* [How to complete this task] Exact reproduction required: the lines below from the line with "face PLANE(AX(P(15.8745,-2,0),D(0,1,0),D(1,0,0))) [e9" to the line with "# FreeCAD 1.0 macro for this part", both ends included, and no others.

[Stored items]
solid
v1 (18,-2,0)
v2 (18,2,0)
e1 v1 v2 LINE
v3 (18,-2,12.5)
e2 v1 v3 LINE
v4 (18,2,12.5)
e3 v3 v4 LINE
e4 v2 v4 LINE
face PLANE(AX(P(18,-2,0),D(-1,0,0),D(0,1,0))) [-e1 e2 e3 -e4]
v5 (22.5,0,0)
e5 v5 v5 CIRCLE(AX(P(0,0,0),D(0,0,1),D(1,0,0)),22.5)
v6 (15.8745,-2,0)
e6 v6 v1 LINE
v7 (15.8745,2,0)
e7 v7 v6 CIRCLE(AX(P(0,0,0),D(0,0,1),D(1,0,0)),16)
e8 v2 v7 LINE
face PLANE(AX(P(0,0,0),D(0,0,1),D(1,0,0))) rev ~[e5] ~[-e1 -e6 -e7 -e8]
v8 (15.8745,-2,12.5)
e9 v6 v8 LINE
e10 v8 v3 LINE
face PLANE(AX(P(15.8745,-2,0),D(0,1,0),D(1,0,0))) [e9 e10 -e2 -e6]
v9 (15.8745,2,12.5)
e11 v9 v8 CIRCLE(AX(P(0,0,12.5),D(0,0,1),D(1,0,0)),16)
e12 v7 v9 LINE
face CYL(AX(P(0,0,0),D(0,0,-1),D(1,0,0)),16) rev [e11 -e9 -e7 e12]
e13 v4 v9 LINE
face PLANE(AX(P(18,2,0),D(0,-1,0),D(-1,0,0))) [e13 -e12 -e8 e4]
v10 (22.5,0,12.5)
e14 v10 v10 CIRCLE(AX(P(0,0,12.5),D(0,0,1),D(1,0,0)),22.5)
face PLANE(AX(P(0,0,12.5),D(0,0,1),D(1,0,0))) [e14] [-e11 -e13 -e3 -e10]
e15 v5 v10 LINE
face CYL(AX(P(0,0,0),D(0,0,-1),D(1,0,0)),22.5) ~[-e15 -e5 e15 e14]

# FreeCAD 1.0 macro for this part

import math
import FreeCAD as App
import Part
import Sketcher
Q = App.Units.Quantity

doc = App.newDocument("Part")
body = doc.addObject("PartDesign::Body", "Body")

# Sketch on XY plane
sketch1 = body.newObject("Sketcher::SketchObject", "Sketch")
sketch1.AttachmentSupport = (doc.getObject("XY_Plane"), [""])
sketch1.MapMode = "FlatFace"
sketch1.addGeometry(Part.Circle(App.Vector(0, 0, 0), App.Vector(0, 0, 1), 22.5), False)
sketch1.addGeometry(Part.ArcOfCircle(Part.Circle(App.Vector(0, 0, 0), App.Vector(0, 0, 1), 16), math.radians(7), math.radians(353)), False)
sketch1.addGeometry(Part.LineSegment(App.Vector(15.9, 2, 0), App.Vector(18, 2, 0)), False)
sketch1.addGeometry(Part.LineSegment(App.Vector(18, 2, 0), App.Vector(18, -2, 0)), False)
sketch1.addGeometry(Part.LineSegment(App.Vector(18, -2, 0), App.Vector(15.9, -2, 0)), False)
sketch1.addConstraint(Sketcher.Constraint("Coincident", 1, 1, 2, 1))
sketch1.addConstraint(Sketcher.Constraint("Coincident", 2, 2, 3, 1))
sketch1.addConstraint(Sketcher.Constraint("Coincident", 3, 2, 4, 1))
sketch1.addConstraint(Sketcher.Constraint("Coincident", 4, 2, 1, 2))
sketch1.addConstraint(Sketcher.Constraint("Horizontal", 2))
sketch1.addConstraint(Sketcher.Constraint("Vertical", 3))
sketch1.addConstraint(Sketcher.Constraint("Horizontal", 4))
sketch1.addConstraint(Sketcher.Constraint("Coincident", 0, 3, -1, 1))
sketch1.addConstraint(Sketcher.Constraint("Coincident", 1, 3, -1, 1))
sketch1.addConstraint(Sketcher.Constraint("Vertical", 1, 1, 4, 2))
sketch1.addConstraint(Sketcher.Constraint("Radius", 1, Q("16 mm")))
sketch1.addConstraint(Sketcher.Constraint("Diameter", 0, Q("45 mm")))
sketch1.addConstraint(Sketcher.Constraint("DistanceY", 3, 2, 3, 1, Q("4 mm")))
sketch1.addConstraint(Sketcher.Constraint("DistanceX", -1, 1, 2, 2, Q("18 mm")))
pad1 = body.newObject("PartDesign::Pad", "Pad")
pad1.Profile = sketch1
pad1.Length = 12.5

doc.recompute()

* [Solution to this exercise]
face PLANE(AX(P(15.8745,-2,0),D(0,1,0),D(1,0,0))) [e9 e10 -e2 -e6]
v9 (15.8745,2,12.5)
e11 v9 v8 CIRCLE(AX(P(0,0,12.5),D(0,0,1),D(1,0,0)),16)
e12 v7 v9 LINE
face CYL(AX(P(0,0,0),D(0,0,-1),D(1,0,0)),16) rev [e11 -e9 -e7 e12]
e13 v4 v9 LINE
face PLANE(AX(P(18,2,0),D(0,-1,0),D(-1,0,0))) [e13 -e12 -e8 e4]
v10 (22.5,0,12.5)
e14 v10 v10 CIRCLE(AX(P(0,0,12.5),D(0,0,1),D(1,0,0)),22.5)
face PLANE(AX(P(0,0,12.5),D(0,0,1),D(1,0,0))) [e14] [-e11 -e13 -e3 -e10]
e15 v5 v10 LINE
face CYL(AX(P(0,0,0),D(0,0,-1),D(1,0,0)),22.5) ~[-e15 -e5 e15 e14]

# FreeCAD 1.0 macro for this part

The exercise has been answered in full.